== Your objective ==
Reproduce, exactly and in full, only the lines below from the one containing "#104=FACE_BOUND('',#103,.T.);" through the one containing "#132=ORIENTED_EDGE('',*,*,#97,.T.);".

Dataset entries
════════════════

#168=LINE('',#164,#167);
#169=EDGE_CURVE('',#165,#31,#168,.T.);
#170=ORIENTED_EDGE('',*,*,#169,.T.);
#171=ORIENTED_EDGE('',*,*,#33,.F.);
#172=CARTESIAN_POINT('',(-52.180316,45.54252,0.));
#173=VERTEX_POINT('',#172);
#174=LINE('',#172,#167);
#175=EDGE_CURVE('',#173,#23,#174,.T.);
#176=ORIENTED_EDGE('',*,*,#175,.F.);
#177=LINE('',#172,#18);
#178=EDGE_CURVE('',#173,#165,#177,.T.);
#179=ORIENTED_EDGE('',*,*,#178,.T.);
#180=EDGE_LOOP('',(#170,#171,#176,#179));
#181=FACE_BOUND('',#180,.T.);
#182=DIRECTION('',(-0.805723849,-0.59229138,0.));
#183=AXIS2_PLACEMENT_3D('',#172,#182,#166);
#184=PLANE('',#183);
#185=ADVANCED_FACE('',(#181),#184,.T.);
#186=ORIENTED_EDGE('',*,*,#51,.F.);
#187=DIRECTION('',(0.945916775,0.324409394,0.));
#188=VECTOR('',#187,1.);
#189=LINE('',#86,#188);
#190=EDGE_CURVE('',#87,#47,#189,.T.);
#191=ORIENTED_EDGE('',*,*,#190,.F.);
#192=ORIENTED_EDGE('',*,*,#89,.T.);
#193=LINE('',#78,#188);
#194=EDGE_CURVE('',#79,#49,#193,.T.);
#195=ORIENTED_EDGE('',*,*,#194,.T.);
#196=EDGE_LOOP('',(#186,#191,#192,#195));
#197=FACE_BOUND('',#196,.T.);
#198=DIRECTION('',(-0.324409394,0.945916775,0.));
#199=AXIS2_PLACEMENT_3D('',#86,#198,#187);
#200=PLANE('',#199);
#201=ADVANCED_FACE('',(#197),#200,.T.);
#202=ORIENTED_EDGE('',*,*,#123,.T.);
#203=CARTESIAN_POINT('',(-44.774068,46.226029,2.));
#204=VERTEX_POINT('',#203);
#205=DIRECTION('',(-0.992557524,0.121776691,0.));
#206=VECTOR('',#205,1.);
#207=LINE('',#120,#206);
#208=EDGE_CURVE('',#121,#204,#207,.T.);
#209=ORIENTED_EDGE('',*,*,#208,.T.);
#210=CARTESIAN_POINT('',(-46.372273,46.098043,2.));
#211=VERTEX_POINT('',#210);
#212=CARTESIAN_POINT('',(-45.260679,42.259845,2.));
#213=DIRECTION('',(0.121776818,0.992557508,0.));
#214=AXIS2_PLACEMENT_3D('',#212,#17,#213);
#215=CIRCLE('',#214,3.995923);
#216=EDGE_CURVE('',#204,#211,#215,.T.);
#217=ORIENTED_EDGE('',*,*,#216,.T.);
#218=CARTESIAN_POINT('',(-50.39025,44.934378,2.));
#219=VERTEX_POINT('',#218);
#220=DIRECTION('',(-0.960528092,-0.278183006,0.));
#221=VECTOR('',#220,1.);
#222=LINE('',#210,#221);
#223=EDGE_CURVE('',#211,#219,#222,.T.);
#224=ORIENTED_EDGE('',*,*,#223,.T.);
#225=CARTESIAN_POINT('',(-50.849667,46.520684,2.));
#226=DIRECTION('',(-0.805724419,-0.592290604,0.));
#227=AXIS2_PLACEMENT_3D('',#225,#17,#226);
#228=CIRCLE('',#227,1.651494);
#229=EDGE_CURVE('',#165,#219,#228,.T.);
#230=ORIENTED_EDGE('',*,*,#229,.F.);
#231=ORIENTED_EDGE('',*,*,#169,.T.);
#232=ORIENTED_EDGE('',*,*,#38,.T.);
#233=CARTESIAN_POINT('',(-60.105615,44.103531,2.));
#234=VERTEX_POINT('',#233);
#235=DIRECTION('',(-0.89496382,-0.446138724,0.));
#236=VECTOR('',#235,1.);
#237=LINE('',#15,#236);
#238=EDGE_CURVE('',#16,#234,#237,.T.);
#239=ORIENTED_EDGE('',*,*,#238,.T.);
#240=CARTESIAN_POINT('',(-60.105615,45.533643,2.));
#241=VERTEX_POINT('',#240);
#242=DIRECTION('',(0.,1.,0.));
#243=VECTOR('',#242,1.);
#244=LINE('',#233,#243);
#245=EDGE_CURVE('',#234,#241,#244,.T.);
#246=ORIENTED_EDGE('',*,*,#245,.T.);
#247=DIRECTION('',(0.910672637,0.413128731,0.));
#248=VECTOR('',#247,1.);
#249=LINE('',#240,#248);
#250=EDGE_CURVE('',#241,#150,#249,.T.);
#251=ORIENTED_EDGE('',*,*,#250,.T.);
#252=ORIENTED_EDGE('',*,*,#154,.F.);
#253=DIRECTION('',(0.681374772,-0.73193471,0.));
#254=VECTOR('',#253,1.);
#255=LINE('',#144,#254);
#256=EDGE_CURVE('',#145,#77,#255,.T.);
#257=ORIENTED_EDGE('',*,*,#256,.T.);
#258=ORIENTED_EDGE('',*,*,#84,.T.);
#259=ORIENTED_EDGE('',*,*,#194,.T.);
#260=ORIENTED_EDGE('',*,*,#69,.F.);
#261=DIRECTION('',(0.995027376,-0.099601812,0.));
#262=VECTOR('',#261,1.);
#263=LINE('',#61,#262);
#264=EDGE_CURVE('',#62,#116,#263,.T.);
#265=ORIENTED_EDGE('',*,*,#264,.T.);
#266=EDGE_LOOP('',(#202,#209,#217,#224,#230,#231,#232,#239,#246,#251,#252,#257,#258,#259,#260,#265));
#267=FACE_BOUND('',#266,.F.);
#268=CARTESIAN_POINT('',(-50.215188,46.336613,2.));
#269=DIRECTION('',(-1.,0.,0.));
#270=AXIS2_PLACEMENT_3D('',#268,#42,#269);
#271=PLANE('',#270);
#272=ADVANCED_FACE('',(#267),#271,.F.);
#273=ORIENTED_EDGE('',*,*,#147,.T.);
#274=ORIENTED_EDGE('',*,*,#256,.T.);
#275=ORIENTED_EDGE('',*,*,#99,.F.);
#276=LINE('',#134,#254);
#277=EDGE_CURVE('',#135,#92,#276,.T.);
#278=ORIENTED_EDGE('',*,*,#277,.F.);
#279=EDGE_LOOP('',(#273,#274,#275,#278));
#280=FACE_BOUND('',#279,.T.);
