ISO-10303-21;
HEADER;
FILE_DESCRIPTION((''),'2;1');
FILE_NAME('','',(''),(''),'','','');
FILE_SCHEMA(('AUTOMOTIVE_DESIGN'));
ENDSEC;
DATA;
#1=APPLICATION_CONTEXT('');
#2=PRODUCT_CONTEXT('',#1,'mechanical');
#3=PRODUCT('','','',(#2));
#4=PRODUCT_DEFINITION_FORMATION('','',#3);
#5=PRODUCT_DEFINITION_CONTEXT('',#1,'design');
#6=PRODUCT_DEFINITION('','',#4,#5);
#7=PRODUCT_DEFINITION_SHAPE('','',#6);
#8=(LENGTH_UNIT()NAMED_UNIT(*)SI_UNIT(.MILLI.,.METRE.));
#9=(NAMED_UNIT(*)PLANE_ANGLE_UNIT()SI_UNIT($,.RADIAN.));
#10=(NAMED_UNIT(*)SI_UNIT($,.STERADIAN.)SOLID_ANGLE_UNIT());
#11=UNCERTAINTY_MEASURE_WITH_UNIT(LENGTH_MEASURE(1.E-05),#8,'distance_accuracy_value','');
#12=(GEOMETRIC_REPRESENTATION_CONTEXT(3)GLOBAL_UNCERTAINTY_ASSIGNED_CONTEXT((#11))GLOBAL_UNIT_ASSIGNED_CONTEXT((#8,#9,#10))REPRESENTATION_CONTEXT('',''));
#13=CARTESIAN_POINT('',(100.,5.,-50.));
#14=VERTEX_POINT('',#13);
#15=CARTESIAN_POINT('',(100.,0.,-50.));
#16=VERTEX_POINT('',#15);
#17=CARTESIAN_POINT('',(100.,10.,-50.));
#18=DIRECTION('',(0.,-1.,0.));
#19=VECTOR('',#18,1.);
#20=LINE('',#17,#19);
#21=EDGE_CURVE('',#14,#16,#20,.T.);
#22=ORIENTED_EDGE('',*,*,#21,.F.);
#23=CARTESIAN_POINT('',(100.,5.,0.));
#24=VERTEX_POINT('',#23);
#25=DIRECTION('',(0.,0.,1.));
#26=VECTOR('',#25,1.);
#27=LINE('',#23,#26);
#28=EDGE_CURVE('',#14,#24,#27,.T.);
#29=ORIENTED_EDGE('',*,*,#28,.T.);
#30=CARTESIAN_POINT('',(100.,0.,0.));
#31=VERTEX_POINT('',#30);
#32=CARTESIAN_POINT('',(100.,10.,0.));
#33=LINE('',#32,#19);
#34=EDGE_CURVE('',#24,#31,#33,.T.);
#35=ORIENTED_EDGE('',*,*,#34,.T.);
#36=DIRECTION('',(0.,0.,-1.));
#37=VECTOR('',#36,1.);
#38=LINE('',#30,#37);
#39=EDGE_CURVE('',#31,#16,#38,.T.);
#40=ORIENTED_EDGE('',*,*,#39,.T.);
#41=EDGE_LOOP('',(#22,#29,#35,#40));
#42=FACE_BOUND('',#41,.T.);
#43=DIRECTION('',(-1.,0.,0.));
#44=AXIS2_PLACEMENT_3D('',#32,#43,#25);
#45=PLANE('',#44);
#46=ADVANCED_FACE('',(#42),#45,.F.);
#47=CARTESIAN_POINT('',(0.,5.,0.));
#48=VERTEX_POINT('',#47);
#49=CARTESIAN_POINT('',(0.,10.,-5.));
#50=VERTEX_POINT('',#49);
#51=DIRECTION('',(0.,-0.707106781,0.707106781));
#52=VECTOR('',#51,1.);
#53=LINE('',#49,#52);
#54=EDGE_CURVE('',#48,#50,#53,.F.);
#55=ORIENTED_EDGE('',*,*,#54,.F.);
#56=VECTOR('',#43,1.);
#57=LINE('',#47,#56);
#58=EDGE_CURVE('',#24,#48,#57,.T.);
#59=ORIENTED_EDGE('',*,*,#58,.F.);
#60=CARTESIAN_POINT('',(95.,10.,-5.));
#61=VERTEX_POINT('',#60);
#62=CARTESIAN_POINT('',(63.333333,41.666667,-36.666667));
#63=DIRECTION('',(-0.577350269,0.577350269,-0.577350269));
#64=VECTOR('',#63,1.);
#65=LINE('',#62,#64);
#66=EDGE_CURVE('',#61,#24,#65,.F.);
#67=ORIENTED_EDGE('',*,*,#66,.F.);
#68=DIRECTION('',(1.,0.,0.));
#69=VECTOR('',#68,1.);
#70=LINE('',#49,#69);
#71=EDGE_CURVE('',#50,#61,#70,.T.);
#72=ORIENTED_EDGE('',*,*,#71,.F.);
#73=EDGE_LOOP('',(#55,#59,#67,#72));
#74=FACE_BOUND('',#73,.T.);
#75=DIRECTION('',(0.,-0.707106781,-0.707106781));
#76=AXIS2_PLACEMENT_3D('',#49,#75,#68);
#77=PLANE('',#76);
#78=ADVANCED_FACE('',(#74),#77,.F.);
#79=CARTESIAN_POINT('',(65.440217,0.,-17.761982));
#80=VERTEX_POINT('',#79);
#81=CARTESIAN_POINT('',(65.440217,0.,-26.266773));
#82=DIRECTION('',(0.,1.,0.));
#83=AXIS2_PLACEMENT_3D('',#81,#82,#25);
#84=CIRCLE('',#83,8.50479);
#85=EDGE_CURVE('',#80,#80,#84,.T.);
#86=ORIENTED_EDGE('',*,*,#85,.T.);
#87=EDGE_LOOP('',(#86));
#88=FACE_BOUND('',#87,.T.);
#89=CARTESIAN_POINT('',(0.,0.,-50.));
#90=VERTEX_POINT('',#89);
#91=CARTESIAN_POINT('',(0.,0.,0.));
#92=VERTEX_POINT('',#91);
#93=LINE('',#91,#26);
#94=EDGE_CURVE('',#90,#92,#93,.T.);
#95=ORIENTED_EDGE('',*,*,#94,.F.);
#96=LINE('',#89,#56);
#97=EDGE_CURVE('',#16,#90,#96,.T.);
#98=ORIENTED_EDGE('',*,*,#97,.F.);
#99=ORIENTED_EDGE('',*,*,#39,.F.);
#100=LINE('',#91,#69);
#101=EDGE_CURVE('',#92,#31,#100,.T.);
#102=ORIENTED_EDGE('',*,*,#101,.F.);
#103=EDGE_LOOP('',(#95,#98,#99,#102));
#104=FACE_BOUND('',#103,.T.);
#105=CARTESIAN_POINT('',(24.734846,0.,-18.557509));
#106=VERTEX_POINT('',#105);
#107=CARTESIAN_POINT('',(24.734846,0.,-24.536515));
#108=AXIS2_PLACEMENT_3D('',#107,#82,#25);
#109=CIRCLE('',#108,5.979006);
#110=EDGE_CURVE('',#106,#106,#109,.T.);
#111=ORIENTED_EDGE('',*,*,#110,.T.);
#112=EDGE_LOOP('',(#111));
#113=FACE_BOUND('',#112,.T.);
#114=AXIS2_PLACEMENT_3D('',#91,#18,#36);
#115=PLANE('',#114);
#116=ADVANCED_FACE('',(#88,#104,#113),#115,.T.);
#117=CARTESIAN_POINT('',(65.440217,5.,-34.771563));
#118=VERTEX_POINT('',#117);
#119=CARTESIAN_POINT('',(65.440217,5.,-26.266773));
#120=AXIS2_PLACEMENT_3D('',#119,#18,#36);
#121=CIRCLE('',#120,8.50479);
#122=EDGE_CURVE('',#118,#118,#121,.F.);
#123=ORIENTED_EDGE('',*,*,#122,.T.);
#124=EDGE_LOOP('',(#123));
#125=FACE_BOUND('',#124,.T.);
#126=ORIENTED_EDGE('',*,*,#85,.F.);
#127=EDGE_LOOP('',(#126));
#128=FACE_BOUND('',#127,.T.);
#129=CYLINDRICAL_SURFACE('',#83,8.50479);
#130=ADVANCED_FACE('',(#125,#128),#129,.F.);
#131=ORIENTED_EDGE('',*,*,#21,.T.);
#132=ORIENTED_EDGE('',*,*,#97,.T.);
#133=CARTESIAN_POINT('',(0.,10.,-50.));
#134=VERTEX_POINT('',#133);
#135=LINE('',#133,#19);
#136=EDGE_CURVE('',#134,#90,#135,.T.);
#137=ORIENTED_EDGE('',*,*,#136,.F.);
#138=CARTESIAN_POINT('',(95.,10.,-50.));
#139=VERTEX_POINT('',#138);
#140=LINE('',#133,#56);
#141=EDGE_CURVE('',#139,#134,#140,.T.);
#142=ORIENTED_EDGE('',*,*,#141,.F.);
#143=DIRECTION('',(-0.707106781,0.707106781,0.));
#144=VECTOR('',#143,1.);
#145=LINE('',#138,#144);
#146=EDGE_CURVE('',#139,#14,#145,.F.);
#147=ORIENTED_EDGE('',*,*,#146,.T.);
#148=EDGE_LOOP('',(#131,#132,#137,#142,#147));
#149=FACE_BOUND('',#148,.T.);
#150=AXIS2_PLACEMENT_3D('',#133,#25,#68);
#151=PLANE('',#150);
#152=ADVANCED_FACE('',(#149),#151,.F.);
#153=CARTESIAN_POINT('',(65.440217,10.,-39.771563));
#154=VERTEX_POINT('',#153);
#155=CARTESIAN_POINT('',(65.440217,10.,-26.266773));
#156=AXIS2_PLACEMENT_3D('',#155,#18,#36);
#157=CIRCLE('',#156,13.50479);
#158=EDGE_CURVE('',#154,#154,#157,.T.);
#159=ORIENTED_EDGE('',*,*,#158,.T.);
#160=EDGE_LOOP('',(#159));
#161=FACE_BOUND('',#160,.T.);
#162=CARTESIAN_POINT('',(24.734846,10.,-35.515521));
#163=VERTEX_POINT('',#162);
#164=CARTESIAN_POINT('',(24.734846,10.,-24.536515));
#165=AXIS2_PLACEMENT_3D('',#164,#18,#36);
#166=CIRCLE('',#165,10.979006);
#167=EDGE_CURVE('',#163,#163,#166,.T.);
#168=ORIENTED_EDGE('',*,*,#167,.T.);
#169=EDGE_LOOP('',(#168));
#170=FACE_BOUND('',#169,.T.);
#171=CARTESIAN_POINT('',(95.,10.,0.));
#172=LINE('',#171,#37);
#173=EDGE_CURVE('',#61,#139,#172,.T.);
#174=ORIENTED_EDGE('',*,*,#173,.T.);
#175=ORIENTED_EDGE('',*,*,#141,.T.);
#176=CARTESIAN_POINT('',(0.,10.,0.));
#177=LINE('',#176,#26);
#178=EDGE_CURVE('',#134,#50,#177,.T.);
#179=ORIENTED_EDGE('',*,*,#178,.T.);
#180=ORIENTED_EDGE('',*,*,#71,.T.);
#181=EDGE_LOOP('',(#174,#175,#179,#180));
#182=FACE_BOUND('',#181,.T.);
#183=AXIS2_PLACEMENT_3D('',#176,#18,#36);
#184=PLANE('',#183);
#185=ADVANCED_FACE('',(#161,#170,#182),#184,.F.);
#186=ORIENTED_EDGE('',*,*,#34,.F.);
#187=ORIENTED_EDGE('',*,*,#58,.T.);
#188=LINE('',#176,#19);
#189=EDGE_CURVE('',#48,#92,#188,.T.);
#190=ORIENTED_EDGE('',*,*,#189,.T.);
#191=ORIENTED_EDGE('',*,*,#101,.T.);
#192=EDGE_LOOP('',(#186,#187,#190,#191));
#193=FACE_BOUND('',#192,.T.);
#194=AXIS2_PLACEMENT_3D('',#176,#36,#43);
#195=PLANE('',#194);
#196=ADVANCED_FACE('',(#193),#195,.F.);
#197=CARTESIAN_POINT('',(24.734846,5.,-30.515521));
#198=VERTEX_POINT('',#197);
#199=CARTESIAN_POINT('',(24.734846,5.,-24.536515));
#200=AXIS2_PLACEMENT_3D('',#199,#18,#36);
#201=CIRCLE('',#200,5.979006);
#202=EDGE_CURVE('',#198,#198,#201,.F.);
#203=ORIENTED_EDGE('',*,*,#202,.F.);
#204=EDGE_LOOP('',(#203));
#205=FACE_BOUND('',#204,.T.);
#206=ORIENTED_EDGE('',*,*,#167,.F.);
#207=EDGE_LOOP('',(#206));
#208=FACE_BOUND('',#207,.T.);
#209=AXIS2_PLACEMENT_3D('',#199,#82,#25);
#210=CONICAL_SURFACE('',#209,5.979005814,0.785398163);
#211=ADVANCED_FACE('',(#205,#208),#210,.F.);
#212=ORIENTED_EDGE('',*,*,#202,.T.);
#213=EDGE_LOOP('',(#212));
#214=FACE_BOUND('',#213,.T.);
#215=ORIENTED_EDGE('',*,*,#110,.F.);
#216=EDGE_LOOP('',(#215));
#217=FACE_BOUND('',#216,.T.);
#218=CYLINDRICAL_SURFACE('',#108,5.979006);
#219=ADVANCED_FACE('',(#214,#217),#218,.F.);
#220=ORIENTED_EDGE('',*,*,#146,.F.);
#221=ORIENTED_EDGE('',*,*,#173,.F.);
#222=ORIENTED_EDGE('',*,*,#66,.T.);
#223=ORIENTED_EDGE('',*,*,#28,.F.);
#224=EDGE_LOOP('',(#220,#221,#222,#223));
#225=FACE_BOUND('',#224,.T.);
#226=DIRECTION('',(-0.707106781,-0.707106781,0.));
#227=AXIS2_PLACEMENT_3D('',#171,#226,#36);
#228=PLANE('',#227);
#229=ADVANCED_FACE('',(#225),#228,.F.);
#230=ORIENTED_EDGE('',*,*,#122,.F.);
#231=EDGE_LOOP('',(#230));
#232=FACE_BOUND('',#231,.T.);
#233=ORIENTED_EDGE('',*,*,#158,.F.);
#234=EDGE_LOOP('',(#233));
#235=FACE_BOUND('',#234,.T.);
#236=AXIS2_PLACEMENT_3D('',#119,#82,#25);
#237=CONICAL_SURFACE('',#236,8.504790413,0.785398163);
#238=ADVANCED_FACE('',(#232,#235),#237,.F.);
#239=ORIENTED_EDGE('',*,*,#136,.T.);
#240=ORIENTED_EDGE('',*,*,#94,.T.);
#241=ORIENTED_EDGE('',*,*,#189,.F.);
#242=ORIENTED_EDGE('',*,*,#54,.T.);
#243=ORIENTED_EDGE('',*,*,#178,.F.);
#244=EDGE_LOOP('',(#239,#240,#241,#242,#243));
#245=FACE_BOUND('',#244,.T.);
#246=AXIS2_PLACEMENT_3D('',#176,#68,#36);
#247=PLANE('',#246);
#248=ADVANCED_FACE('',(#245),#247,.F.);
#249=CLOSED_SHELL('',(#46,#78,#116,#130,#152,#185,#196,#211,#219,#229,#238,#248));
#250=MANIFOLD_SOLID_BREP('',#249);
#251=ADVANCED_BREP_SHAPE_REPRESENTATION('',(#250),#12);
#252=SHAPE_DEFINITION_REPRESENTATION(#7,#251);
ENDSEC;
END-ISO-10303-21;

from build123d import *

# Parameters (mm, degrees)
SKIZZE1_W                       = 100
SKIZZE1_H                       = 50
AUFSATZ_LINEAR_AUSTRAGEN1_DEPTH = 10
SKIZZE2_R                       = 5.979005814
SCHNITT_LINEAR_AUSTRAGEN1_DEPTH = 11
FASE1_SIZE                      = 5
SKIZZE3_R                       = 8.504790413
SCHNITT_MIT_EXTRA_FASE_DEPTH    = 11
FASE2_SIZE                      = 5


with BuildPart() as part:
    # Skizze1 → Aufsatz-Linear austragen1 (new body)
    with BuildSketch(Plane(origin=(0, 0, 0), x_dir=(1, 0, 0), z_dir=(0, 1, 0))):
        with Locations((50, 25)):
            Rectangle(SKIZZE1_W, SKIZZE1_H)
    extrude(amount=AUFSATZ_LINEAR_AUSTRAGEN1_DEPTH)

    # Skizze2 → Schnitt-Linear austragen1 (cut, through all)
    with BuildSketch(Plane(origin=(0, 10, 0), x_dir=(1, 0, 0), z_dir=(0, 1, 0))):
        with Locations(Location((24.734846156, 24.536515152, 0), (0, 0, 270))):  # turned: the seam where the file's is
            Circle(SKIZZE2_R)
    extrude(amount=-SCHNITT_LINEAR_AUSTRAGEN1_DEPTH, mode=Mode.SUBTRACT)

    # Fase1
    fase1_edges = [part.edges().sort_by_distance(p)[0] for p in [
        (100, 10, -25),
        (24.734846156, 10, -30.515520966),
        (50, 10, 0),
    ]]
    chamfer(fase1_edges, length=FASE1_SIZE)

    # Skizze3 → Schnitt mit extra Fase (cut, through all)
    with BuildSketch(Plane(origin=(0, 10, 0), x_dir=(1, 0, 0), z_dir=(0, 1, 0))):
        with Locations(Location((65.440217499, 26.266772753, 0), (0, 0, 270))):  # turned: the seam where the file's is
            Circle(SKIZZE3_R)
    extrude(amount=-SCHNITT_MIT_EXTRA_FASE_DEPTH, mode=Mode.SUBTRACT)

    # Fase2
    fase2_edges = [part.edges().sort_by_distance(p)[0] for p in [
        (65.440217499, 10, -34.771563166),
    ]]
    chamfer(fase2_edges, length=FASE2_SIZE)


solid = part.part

════════════════

== Solved problem ==
#104=FACE_BOUND('',#103,.T.);
#105=CARTESIAN_POINT('',(24.734846,0.,-18.557509));
#106=VERTEX_POINT('',#105);
#107=CARTESIAN_POINT('',(24.734846,0.,-24.536515));
#108=AXIS2_PLACEMENT_3D('',#107,#82,#25);
#109=CIRCLE('',#108,5.979006);
#110=EDGE_CURVE('',#106,#106,#109,.T.);
#111=ORIENTED_EDGE('',*,*,#110,.T.);
#112=EDGE_LOOP('',(#111));
#113=FACE_BOUND('',#112,.T.);
#114=AXIS2_PLACEMENT_3D('',#91,#18,#36);
#115=PLANE('',#114);
#116=ADVANCED_FACE('',(#88,#104,#113),#115,.T.);
#117=CARTESIAN_POINT('',(65.440217,5.,-34.771563));
#118=VERTEX_POINT('',#117);
#119=CARTESIAN_POINT('',(65.440217,5.,-26.266773));
#120=AXIS2_PLACEMENT_3D('',#119,#18,#36);
#121=CIRCLE('',#120,8.50479);
#122=EDGE_CURVE('',#118,#118,#121,.F.);
#123=ORIENTED_EDGE('',*,*,#122,.T.);
#124=EDGE_LOOP('',(#123));
#125=FACE_BOUND('',#124,.T.);
#126=ORIENTED_EDGE('',*,*,#85,.F.);
#127=EDGE_LOOP('',(#126));
#128=FACE_BOUND('',#127,.T.);
#129=CYLINDRICAL_SURFACE('',#83,8.50479);
#130=ADVANCED_FACE('',(#125,#128),#129,.F.);
#131=ORIENTED_EDGE('',*,*,#21,.T.);
#132=ORIENTED_EDGE('',*,*,#97,.T.);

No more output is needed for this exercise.